I hypothesize that the total cost difference between the two demographics will not be significant (the layman's definition of significance). Though this will tell me that smoking status has a really high impact on medical insurance cost. Let's see...

In [7]:
# dataset_list is a list of dictionaries. Each dictionary represents data for one individual including their charges and smoking Status. 
# See "Initial Data Inspection" above
def smokers_vs_non_smokers_total_costs(dataset_list):
    smoker_cost = 0.0
    non_smoker_cost = 0.0
    for record in dataset_list:
        if record["smoker"] == "yes":
            smoker_cost += float(record["charges"])
        elif record["smoker"] == "no":
            non_smoker_cost += float(record["charges"])
        else:
            pass
    return smoker_cost, non_smoker_cost

smoker_total_cost, non_smoker_total_cost = smokers_vs_non_smokers_total_costs(dataset_storage)
print(f"Total costs for smokers in this dataset is ${smoker_total_cost:,.2f}")
print(f"Total costs for non-smokers in this dataset is ${non_smoker_total_cost:,.2f}")

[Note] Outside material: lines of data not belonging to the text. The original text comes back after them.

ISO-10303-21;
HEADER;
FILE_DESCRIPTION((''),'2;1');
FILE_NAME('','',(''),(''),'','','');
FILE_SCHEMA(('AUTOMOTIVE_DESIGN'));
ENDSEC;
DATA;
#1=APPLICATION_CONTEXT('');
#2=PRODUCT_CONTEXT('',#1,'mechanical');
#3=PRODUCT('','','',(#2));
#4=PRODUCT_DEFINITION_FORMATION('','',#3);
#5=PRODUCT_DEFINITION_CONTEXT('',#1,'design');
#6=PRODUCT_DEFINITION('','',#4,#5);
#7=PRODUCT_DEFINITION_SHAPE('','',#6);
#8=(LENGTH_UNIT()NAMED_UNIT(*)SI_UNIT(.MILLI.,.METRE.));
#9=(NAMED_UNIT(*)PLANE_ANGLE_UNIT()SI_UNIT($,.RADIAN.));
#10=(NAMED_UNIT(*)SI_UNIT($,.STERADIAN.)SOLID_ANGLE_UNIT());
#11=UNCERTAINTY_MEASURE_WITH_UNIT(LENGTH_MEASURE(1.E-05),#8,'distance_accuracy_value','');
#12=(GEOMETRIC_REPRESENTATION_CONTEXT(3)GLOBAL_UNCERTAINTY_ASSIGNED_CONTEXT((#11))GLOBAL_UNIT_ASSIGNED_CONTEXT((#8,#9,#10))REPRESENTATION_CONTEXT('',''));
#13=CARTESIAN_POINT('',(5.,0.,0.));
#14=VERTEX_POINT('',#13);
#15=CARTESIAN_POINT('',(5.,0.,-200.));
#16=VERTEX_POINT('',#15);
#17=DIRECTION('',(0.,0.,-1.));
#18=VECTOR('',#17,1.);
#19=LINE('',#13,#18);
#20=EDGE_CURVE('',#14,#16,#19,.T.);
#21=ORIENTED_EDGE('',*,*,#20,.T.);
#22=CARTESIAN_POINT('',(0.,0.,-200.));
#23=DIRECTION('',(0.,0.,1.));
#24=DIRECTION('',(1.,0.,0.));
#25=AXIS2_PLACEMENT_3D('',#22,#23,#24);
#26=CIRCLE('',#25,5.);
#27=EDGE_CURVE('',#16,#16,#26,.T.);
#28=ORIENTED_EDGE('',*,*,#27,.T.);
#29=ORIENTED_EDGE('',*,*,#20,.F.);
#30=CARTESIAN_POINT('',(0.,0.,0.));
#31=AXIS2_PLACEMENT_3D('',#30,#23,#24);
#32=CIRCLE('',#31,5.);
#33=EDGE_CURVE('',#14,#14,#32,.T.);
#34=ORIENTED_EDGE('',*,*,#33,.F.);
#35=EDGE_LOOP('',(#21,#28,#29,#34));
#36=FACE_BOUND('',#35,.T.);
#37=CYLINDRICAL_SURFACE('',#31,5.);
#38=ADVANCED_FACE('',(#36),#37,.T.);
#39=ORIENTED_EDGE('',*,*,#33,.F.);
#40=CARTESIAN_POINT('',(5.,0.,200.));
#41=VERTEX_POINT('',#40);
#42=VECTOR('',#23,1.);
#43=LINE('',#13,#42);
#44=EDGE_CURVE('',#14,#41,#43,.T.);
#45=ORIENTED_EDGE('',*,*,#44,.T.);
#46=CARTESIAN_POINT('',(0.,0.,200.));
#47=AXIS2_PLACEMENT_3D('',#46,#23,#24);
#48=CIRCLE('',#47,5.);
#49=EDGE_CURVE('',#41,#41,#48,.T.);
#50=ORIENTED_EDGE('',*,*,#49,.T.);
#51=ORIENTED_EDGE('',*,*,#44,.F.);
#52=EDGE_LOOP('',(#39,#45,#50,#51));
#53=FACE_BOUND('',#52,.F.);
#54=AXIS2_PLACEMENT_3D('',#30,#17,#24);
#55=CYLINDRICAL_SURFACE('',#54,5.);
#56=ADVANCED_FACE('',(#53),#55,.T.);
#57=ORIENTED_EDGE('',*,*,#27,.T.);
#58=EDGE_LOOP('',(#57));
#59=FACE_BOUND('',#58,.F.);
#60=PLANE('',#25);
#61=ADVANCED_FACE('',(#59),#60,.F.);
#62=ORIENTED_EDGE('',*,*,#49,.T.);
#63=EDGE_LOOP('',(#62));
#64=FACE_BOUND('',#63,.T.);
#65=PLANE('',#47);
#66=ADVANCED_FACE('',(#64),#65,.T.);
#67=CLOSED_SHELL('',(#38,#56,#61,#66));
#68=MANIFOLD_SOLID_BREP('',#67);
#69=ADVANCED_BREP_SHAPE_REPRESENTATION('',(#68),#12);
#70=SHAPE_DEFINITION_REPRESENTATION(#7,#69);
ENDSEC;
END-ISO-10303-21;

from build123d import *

# Parameters (mm, degrees)
F0_R          = 5
F1_DEPTH      = 200
F1_DEPTH_BACK = 200


with BuildPart() as f1:
    # F0 (on Top) → F1 (new body, two sides)
    with BuildSketch(Plane.XY) as f1_sk:
        Circle(F0_R)
    extrude(amount=-F1_DEPTH)
    extrude(f1_sk.sketch, amount=F1_DEPTH_BACK)


solid = f1.part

Total costs for smokers in this dataset is $8,781,763.52
Total costs for non-smokers in this dataset is $8,974,061.47


#### Result Discussion

- Where there any surprises? nope. not at all. when we consider the huge difference in the proportion of smokers to non-smokers, this result tells us that smoking has a big impact on medical insurance costs. If this is not obvious, then navigate to the next cell on average_costs.

In [8]:
# The arguments for total_cost and total_count are both functions that return a tuple for smokers and non_smokers. 
def average_costs(total_cost, total_count):
    smoker_average = total_cost[0] / total_count[0]
    non_smoker_average = total_cost[1] / total_count[1]
    return smoker_average, non_smoker_average

smoker_average, non_smoker_average = average_costs(smokers_vs_non_smokers_total_costs(dataset_storage), count_of_smokers_vs_non_smokers(dataset_storage))

print(f"The avaerage insurance cost for smokers is ${smoker_average:,.2f}")
print(f"The average insurance cost for non smokers is ${non_smoker_average:,.2f}")

The avaerage insurance cost for smokers is $32,050.23
The average insurance cost for non smokers is $8,434.27


#### Result Discussion

- The average insurance cost for smokers(\\$32,050.23) is approximately 4 times higher than the average insurance cost for non-smokers(\\$8,434.27).

- Within the context of this dataset, it is safe to say that any smoker's medical insurance cost is likely to be 4 timers higher than any non-smoker's medical insurrance cost.


## 6. Key Findings Summary

### Objective 1: Analyze Age Distribution

- **Finding:** The average age of the dataset participants is 39 years, which suggests a middle-aged demographic predominates.

### Objective 2: Analyze Bmi Distribution

- **Finding:** The average bmi of the dataset participants is 30.6, which suggests an obese demographic predominates.

### Objective 3: Cost Analysis by Smoking Status

- **Finding:** Smokers have an average insurance cost about 4 times higher than non-smokers. This underscores the potential savings in cost through smoking cessation.

### Suggestions for Future Research

- Future studies could focus on analyzing the dataset based on the region variable to better understand any regional influences on medical insurance costs.